They actually present (approximately) a very simple construct that is used to
speed the interpreters up:

    
    
       void labels[] = { &&ADD, &&SUB . . . };
       ...
       goto labels[ vpc++ ];
       ADD:
          ...
          goto labels[ vpc++ ];
    

instead of

    
    
        ...
        switch ( *vpc++ )
        {
        case ADD:
             ....
             break;
        case SUB:
    

It's not really hard. The only problem is that the former is not a standard C
and not present in MSVC. See

[http://stackoverflow.com/questions/6421433/address-of-
labels...](http://stackoverflow.com/questions/6421433/address-of-labels-msvc)

"Erlang does (that) for building on Windows.
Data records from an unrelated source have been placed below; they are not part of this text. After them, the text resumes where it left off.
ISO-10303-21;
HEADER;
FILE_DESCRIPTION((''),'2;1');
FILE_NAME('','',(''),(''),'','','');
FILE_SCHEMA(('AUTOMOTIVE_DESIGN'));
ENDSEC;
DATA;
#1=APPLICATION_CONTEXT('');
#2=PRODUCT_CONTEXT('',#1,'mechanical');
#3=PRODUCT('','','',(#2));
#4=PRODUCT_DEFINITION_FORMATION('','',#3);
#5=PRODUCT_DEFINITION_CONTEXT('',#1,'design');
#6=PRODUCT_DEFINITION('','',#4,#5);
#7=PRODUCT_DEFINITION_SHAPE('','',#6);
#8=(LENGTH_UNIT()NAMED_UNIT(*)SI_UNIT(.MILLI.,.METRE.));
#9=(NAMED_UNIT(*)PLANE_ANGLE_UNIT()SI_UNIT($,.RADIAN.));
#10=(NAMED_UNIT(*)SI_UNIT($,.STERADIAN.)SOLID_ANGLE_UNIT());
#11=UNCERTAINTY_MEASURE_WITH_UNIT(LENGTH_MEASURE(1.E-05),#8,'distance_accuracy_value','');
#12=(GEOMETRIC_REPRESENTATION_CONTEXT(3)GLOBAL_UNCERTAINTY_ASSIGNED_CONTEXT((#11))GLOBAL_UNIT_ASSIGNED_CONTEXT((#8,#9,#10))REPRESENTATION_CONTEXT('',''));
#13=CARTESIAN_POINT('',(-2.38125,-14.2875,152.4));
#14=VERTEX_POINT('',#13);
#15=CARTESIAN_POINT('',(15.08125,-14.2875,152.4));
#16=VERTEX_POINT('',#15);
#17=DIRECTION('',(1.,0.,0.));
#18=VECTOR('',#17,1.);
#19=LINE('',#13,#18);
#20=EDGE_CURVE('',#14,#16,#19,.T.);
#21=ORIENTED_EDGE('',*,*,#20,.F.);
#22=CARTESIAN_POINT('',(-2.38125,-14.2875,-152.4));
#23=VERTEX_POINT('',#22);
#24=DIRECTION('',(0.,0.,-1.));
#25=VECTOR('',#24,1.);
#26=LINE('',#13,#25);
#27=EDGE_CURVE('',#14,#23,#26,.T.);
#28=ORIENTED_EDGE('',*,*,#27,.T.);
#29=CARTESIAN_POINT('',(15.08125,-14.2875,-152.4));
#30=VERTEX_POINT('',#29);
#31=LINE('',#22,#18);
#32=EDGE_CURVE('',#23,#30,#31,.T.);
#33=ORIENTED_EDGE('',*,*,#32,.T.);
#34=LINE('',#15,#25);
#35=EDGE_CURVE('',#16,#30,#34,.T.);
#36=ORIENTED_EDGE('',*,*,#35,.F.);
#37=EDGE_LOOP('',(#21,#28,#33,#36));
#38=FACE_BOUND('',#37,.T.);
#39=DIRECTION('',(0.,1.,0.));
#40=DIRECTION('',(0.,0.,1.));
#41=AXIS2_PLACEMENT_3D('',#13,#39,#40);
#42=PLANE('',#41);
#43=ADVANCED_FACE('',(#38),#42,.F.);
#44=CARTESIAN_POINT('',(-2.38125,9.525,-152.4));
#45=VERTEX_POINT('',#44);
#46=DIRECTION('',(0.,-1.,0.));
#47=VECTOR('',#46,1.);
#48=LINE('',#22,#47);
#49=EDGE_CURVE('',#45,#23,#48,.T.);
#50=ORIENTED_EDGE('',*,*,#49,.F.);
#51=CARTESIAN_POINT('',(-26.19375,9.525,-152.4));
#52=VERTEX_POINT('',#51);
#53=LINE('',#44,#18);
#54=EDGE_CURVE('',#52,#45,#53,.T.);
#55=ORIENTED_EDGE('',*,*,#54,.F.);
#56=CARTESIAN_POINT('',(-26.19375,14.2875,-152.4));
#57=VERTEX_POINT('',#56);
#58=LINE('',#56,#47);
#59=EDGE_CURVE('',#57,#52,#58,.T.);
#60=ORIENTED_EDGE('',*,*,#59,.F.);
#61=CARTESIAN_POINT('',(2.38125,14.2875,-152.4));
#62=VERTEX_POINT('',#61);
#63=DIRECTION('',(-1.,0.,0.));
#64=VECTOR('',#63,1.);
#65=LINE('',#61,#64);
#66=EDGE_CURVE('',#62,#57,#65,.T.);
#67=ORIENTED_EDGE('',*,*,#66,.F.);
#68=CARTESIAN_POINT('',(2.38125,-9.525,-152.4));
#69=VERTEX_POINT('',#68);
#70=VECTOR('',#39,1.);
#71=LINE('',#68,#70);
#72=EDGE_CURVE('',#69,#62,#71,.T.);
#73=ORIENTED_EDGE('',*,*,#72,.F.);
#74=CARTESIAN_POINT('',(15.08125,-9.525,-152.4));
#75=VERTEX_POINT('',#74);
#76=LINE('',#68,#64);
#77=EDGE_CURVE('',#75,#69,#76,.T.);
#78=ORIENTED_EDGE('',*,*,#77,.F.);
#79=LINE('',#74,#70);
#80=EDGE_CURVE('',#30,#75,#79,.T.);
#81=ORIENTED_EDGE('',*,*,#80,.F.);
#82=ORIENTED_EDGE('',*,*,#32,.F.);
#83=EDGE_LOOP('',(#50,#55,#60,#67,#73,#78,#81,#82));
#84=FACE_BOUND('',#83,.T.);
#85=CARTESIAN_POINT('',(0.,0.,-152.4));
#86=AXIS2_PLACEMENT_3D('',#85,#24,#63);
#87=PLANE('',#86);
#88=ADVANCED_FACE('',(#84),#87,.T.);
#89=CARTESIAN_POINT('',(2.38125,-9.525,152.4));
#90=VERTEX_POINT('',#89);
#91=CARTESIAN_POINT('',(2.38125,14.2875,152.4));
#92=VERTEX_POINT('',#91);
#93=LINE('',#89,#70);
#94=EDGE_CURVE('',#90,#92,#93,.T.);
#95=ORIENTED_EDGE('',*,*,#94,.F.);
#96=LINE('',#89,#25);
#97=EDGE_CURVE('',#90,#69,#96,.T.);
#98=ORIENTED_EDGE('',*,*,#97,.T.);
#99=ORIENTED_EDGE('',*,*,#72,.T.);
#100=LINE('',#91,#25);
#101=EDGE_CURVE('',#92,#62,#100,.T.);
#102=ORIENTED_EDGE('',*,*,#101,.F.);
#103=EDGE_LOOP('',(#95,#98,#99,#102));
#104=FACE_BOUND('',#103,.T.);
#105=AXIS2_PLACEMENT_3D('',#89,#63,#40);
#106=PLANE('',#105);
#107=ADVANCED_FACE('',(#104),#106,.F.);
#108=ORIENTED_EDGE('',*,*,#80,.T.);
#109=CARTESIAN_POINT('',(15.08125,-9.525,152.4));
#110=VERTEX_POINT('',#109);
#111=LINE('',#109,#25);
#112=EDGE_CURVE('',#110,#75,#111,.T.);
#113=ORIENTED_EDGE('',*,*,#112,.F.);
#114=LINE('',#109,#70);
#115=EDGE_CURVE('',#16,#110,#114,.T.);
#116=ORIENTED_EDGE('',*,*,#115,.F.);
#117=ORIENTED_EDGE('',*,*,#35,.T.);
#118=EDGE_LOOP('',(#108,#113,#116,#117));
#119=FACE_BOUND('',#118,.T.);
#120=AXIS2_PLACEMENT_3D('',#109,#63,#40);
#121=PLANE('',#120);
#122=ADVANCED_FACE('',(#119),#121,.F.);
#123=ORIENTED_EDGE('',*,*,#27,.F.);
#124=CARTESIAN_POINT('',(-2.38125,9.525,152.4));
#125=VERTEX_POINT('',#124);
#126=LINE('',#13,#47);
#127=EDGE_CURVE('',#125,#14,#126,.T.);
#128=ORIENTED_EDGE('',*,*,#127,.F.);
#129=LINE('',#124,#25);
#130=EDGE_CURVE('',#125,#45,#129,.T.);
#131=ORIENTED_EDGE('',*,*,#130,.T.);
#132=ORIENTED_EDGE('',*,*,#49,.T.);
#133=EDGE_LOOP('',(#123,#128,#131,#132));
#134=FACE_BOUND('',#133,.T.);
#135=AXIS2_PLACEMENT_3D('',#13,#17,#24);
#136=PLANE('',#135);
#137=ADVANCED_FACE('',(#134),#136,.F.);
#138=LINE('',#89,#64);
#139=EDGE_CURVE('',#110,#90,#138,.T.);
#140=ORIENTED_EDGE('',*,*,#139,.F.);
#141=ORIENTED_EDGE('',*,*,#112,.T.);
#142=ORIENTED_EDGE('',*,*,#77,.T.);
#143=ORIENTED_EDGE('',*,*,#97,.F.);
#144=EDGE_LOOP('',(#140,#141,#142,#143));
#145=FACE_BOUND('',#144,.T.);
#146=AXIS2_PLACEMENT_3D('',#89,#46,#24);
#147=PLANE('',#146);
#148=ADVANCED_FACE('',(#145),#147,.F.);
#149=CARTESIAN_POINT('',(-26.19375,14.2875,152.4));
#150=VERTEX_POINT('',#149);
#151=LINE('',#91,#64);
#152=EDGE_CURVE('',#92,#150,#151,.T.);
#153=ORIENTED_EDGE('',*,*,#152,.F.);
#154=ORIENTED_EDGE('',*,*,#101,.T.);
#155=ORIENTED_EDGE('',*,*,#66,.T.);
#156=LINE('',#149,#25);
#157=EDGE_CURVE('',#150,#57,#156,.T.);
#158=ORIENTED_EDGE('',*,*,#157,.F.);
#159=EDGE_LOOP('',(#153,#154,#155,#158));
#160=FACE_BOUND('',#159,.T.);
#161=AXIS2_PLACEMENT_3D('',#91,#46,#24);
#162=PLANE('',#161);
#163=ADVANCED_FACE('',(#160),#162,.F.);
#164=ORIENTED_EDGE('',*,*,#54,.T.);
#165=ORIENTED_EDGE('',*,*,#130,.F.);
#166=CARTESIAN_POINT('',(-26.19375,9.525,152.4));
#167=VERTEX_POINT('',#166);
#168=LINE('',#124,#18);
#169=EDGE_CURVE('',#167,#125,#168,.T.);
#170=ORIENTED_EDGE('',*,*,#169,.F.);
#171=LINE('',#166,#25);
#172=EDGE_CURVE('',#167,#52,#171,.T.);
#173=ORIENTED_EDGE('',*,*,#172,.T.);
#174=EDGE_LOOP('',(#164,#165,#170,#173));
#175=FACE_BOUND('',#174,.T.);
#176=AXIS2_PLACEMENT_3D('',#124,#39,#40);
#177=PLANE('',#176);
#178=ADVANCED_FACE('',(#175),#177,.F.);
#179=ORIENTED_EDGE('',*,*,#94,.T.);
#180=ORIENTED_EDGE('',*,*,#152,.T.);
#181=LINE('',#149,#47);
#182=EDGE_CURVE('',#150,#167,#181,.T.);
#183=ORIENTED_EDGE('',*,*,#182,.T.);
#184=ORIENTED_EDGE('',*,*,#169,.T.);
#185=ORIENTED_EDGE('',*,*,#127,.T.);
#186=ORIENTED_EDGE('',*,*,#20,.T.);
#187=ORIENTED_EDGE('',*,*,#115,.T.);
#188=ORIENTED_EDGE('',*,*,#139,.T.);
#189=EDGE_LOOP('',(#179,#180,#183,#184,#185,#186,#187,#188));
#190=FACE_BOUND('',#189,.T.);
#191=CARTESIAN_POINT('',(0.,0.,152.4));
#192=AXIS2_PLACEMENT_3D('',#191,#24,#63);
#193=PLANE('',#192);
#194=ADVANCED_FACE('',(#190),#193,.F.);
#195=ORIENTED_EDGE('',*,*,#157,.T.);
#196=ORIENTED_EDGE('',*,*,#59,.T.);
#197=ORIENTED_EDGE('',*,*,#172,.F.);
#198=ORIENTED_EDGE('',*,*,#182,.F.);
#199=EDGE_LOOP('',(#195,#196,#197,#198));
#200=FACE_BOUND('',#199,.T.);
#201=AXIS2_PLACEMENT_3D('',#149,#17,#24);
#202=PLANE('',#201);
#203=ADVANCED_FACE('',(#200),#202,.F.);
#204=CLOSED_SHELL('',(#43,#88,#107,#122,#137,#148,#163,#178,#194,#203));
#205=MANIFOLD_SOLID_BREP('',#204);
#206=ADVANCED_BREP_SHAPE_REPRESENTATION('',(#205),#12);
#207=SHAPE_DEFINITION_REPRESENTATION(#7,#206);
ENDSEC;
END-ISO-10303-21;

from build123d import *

# Parameters (mm, degrees)
BOSS_EXTRUDE1_DEPTH      = 152.4
BOSS_EXTRUDE1_DEPTH_BACK = 152.4


with BuildPart() as part:
    # Sketch3 → Boss-Extrude1 (new, two sides: drawn at the far end of the back side and taken through both)
    with BuildSketch(Plane.XY.offset(-BOSS_EXTRUDE1_DEPTH_BACK)):
        Polygon((15.08125, -9.525), (15.08125, -14.2875), (-2.38125, -14.2875), (-2.38125, 9.525), (-26.19375, 9.525), (-26.19375, 14.2875), (2.38125, 14.2875), (2.38125, -9.525), align=None)
    extrude(amount=BOSS_EXTRUDE1_DEPTH + BOSS_EXTRUDE1_DEPTH_BACK)


solid = part.part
They use MSVC for most of the
build, and then GCC for one file to make use of the labels-as-values
extension. The resulting object code is then hacked to be made compatible with
the MSVC linker."

It obviously mattered enough for Erlang developers to use GCC even for just
that critical piece of C code. It doesn't mean that it has to be regularly
used in every code (not every switch is executed the way the main interpreter
loop is).

------
bch
Would an editor kindly put a note in the OP link that this is a pdf?

------
acqq
If my coworker would come to me and show me his results where he measured that
the "Labels as Values" implementation is not need while "on his Haswell CPU
the speedup is only 3%" I'd just ask "can it be guaranteed that the code you
propose to revert to the plain switch will run _only_ on that CPU?"

If not and the switch is in the performance sensitive place I'd keep the
"Labels as Values" implementation.

There are many more CPUs in the world than "the latest Intel x86 CPU." Kudos
for the developers of Haswell, but don't blindly trust the Inria researchers
that tell you "Don’t Trust Folklore."

I also don't like that this research was "partially supported" by the European
grant thus explained: "ERC Advanced Grants allow exceptional established
research leaders of any nationality and any age to pursue ground-breaking,
high-risk projects that open new directions in their respective research
fields or other domains." (1)

1) [http://erc.europa.eu/advanced-grants](http://erc.europa.eu/advanced-
grants)

Is ground-breaking, high-risk research discovering that the algorithm in the
latest Intel processor matches the one other researchers (which I respect much
more) discovered in 2006, and variant of which won more "branch prediction
championships"? I'd say no.

At least they honestly write about the fact that the given algorithm is
already known as highly efficient.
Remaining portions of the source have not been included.